** Given records follows **

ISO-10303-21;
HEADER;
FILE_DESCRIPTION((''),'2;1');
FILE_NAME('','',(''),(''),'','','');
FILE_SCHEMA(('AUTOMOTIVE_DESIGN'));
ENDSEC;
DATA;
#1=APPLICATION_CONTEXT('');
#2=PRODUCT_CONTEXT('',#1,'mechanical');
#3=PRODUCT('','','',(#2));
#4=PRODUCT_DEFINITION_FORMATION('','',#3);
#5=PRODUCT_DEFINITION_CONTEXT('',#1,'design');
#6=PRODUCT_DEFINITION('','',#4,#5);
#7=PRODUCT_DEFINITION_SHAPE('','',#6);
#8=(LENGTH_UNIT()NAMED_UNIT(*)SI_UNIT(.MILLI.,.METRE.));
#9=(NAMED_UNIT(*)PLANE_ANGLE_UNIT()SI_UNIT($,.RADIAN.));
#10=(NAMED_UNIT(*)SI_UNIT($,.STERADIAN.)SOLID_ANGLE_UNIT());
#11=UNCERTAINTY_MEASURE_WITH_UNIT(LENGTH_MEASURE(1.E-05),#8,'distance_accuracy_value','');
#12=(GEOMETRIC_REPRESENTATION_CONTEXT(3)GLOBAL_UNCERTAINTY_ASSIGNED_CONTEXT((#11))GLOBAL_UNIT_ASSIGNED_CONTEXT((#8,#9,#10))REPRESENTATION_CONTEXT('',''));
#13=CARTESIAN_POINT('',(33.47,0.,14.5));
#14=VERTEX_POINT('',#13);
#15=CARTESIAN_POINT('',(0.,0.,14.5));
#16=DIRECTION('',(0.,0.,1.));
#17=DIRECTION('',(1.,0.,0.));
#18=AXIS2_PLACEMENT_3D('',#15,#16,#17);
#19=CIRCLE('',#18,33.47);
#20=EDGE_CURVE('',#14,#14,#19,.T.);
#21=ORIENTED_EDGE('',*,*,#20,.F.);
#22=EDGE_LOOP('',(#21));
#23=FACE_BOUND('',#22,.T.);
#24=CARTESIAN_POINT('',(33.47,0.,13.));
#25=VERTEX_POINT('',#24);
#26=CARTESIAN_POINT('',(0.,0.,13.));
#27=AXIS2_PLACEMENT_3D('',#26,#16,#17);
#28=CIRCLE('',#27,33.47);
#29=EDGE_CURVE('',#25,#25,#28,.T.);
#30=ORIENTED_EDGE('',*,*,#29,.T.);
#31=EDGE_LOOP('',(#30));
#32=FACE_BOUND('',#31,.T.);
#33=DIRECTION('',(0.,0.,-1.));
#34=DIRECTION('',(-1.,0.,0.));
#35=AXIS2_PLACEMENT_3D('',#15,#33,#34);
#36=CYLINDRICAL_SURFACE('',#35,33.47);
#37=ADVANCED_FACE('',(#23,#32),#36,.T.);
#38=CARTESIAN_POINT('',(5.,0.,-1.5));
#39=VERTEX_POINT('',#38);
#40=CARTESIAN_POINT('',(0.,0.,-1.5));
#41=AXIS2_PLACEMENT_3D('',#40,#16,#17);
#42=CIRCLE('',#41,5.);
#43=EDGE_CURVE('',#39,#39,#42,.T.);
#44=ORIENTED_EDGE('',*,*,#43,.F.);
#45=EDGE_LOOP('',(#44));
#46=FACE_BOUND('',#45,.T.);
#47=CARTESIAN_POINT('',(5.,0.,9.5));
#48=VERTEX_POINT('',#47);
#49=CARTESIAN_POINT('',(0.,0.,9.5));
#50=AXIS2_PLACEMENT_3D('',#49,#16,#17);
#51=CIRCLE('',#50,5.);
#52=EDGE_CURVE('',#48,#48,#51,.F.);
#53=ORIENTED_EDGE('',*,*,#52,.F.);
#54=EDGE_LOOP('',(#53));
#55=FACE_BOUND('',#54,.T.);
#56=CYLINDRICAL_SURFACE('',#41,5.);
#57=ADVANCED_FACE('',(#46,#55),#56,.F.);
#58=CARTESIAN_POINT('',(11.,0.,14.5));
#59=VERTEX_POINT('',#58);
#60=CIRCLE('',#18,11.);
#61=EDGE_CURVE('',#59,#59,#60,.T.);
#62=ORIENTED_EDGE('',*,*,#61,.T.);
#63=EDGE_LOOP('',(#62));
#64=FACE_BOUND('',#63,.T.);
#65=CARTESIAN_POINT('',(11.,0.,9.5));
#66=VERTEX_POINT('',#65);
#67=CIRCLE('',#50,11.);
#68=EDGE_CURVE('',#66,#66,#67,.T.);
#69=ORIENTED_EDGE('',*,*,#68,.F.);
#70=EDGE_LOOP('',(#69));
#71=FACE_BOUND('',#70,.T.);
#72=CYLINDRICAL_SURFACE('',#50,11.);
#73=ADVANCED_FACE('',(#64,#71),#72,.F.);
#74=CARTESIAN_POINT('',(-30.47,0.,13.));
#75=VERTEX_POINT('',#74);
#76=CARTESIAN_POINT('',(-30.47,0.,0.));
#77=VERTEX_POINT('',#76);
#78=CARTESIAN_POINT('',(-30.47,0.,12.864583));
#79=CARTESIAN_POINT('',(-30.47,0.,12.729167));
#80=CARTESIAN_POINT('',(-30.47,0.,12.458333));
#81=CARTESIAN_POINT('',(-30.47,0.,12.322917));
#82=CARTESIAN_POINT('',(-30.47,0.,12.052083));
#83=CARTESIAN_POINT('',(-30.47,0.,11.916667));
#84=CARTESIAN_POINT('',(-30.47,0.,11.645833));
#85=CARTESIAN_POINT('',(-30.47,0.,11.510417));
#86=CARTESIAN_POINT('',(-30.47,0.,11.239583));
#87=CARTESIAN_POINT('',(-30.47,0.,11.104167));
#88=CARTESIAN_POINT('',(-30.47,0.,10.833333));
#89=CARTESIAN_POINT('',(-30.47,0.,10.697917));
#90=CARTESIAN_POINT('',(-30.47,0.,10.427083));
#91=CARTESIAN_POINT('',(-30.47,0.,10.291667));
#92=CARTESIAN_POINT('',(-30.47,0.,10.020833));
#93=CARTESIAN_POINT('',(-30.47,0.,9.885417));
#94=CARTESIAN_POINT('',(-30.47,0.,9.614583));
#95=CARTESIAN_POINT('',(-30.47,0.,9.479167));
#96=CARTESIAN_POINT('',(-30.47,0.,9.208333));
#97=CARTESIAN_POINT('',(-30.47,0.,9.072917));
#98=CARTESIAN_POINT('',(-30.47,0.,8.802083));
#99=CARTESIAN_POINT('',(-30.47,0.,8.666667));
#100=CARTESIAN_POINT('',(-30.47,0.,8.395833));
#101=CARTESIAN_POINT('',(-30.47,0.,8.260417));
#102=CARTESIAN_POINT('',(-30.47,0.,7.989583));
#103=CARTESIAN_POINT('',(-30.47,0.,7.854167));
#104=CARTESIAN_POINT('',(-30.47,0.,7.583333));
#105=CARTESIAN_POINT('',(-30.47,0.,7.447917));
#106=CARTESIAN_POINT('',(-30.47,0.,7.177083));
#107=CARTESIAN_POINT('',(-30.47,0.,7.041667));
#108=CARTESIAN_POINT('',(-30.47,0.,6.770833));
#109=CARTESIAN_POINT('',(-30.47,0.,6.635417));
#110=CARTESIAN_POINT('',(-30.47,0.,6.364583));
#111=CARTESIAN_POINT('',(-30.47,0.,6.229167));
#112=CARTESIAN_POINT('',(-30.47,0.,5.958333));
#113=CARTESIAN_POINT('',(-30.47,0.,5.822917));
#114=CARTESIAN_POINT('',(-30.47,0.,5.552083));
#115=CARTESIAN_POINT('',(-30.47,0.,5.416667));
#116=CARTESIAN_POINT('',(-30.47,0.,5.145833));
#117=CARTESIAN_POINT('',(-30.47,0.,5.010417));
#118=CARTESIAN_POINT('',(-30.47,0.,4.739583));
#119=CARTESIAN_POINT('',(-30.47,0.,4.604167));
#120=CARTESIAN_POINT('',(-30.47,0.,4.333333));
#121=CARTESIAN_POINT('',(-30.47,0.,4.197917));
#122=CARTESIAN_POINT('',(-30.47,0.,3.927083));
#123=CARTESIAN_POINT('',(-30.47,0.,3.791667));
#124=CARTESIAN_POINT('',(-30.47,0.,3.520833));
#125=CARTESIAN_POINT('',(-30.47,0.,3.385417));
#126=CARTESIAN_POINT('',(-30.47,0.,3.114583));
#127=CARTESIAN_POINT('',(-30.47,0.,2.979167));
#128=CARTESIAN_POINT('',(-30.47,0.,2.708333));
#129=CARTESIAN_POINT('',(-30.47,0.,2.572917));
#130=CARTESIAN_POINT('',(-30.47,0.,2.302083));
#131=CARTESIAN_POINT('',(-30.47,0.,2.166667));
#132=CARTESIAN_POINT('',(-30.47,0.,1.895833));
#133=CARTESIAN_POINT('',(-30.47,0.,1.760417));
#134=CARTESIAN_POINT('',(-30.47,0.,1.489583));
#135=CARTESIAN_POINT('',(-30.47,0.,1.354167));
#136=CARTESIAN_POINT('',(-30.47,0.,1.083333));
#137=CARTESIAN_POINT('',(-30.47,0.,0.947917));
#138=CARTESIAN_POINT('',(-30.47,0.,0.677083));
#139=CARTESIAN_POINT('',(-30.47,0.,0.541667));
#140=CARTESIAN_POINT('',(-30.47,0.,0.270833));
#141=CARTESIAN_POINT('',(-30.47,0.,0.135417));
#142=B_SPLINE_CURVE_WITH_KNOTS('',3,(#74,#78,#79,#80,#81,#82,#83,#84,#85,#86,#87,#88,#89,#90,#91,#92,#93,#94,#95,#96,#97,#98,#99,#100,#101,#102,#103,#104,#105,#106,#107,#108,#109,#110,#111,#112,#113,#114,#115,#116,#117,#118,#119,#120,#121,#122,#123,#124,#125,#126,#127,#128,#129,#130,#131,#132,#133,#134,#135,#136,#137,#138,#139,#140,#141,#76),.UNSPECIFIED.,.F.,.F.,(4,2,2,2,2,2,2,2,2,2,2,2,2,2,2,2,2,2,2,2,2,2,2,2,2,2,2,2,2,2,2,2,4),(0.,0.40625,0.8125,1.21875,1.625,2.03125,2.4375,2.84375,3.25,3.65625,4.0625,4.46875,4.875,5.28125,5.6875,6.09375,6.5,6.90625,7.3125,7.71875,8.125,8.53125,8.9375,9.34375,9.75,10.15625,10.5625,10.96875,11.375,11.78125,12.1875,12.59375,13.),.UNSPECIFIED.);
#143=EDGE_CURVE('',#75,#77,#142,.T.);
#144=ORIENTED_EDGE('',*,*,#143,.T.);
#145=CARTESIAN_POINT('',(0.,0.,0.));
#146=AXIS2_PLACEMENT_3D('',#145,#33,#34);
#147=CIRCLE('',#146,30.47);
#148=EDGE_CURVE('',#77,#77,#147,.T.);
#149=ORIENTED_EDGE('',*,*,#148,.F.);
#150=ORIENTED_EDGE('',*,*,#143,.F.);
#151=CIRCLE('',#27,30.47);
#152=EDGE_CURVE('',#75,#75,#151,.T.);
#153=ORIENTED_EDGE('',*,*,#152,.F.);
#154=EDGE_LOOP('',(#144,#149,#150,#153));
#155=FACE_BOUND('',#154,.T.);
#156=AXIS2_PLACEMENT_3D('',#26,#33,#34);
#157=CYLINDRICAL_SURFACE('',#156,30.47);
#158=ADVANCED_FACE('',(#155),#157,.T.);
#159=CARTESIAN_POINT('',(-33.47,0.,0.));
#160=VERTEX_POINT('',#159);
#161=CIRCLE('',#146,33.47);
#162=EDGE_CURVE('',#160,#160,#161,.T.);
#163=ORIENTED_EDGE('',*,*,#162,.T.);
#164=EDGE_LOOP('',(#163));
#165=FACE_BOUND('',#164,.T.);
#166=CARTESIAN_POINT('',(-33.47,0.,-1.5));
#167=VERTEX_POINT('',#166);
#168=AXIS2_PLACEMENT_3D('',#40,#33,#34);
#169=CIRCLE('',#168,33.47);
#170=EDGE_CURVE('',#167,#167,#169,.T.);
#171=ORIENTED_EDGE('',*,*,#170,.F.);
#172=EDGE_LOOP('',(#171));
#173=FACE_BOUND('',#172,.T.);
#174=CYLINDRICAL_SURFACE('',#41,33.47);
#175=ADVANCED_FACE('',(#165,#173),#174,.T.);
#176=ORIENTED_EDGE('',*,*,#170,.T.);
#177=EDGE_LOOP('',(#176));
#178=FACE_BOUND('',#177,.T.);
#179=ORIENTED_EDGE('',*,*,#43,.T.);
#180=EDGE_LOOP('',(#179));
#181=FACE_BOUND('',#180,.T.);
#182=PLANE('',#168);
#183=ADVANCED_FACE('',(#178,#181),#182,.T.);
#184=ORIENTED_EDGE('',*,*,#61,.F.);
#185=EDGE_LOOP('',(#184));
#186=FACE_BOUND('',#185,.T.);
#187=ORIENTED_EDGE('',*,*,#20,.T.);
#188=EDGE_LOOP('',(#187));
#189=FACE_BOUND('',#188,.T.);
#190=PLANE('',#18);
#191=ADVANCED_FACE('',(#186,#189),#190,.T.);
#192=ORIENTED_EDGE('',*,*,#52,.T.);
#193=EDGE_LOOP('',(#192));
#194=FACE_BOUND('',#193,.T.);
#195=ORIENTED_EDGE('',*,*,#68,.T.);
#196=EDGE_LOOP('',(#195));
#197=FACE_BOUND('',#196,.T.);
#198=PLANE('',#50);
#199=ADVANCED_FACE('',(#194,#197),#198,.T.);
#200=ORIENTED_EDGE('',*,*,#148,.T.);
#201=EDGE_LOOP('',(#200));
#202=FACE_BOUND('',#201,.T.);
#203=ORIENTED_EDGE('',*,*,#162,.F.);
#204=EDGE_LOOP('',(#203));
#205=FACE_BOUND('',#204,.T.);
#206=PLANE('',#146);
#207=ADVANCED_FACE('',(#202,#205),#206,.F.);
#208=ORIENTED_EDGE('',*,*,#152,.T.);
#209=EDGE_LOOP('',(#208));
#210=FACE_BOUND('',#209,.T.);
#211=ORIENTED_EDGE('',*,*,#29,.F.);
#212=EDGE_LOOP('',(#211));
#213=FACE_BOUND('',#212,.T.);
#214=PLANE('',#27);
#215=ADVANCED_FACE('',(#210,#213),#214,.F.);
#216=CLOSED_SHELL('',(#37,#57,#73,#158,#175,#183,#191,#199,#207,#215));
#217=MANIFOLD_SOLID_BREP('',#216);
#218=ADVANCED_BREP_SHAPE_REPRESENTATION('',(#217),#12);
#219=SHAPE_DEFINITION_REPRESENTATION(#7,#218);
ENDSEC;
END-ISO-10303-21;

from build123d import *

# Parameters (mm, degrees)
SKETCH_1_R          = 30.47
EXTRUDE_1_DEPTH     = 13
SKETCH_2_R          = 33.47
EXTRUDE_2_DEPTH     = 1.5
EXTRUDE_START       = 1.5
SKETCH_3_R          = 33.47
EXTRUDE_3_DEPTH     = 1.5
SKETCH_4_R          = 5
CUT_EXTRUDE_1_DEPTH = 50.964805614
SKETCH_5_R          = 11
CUT_EXTRUDE_2_DEPTH = 5


with BuildPart() as part:
    # 草图1 → 凸台-拉伸1 (new body)
    with BuildSketch(Plane.XY):
        with Locations(Location((0, 0, 0), (0, 0, 180))):
            Circle(SKETCH_1_R)
    extrude(amount=EXTRUDE_1_DEPTH)

    # 草图2 → 凸台-拉伸2 (add)
    with BuildSketch(Plane.XY.offset(13)):
        Circle(SKETCH_2_R)
    extrude(amount=EXTRUDE_2_DEPTH)

    # 草图3 → 凸台-拉伸3 (add)
    with BuildSketch(Plane(origin=(0, 0, 0), x_dir=(-1, 0, 0), z_dir=(0, 0, -1)).offset(EXTRUDE_START)):
        with Locations(Location((0, 0, 0), (0, 0, 180))):
            Circle(SKETCH_3_R)
    extrude(amount=-EXTRUDE_3_DEPTH)

    # 草图4 → 切除-拉伸1 (cut, through all)
    with BuildSketch(Plane.XY.offset(14.5)):
        Circle(SKETCH_4_R)
    extrude(amount=-CUT_EXTRUDE_1_DEPTH, mode=Mode.SUBTRACT)

    # 草图5 → 切除-拉伸2 (cut)
    with BuildSketch(Plane.XY.offset(14.5)):
        Circle(SKETCH_5_R)
    extrude(amount=-CUT_EXTRUDE_2_DEPTH, mode=Mode.SUBTRACT)


solid = part.part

** End of Given records **

> **Work instructions**: The required output is every line above from the one with "#25=VERTEX_POINT('',#24);" down to the one with "#77=VERTEX_POINT('',#76);", restated word for word, ends included.

> **Task response**:
#25=VERTEX_POINT('',#24);
#26=CARTESIAN_POINT('',(0.,0.,13.));
#27=AXIS2_PLACEMENT_3D('',#26,#16,#17);
#28=CIRCLE('',#27,33.47);
#29=EDGE_CURVE('',#25,#25,#28,.T.);
#30=ORIENTED_EDGE('',*,*,#29,.T.);
#31=EDGE_LOOP('',(#30));
#32=FACE_BOUND('',#31,.T.);
#33=DIRECTION('',(0.,0.,-1.));
#34=DIRECTION('',(-1.,0.,0.));
#35=AXIS2_PLACEMENT_3D('',#15,#33,#34);
#36=CYLINDRICAL_SURFACE('',#35,33.47);
#37=ADVANCED_FACE('',(#23,#32),#36,.T.);
#38=CARTESIAN_POINT('',(5.,0.,-1.5));
#39=VERTEX_POINT('',#38);
#40=CARTESIAN_POINT('',(0.,0.,-1.5));
#41=AXIS2_PLACEMENT_3D('',#40,#16,#17);
#42=CIRCLE('',#41,5.);
#43=EDGE_CURVE('',#39,#39,#42,.T.);
#44=ORIENTED_EDGE('',*,*,#43,.F.);
#45=EDGE_LOOP('',(#44));
#46=FACE_BOUND('',#45,.T.);
#47=CARTESIAN_POINT('',(5.,0.,9.5));
#48=VERTEX_POINT('',#47);
#49=CARTESIAN_POINT('',(0.,0.,9.5));
#50=AXIS2_PLACEMENT_3D('',#49,#16,#17);
#51=CIRCLE('',#50,5.);
#52=EDGE_CURVE('',#48,#48,#51,.F.);
#53=ORIENTED_EDGE('',*,*,#52,.F.);
#54=EDGE_LOOP('',(#53));
#55=FACE_BOUND('',#54,.T.);
#56=CYLINDRICAL_SURFACE('',#41,5.);
#57=ADVANCED_FACE('',(#46,#55),#56,.F.);
#58=CARTESIAN_POINT('',(11.,0.,14.5));
#59=VERTEX_POINT('',#58);
#60=CIRCLE('',#18,11.);
#61=EDGE_CURVE('',#59,#59,#60,.T.);
#62=ORIENTED_EDGE('',*,*,#61,.T.);
#63=EDGE_LOOP('',(#62));
#64=FACE_BOUND('',#63,.T.);
#65=CARTESIAN_POINT('',(11.,0.,9.5));
#66=VERTEX_POINT('',#65);
#67=CIRCLE('',#50,11.);
#68=EDGE_CURVE('',#66,#66,#67,.T.);
#69=ORIENTED_EDGE('',*,*,#68,.F.);
#70=EDGE_LOOP('',(#69));
#71=FACE_BOUND('',#70,.T.);
#72=CYLINDRICAL_SURFACE('',#50,11.);
#73=ADVANCED_FACE('',(#64,#71),#72,.F.);
#74=CARTESIAN_POINT('',(-30.47,0.,13.));
#75=VERTEX_POINT('',#74);
#76=CARTESIAN_POINT('',(-30.47,0.,0.));
#77=VERTEX_POINT('',#76);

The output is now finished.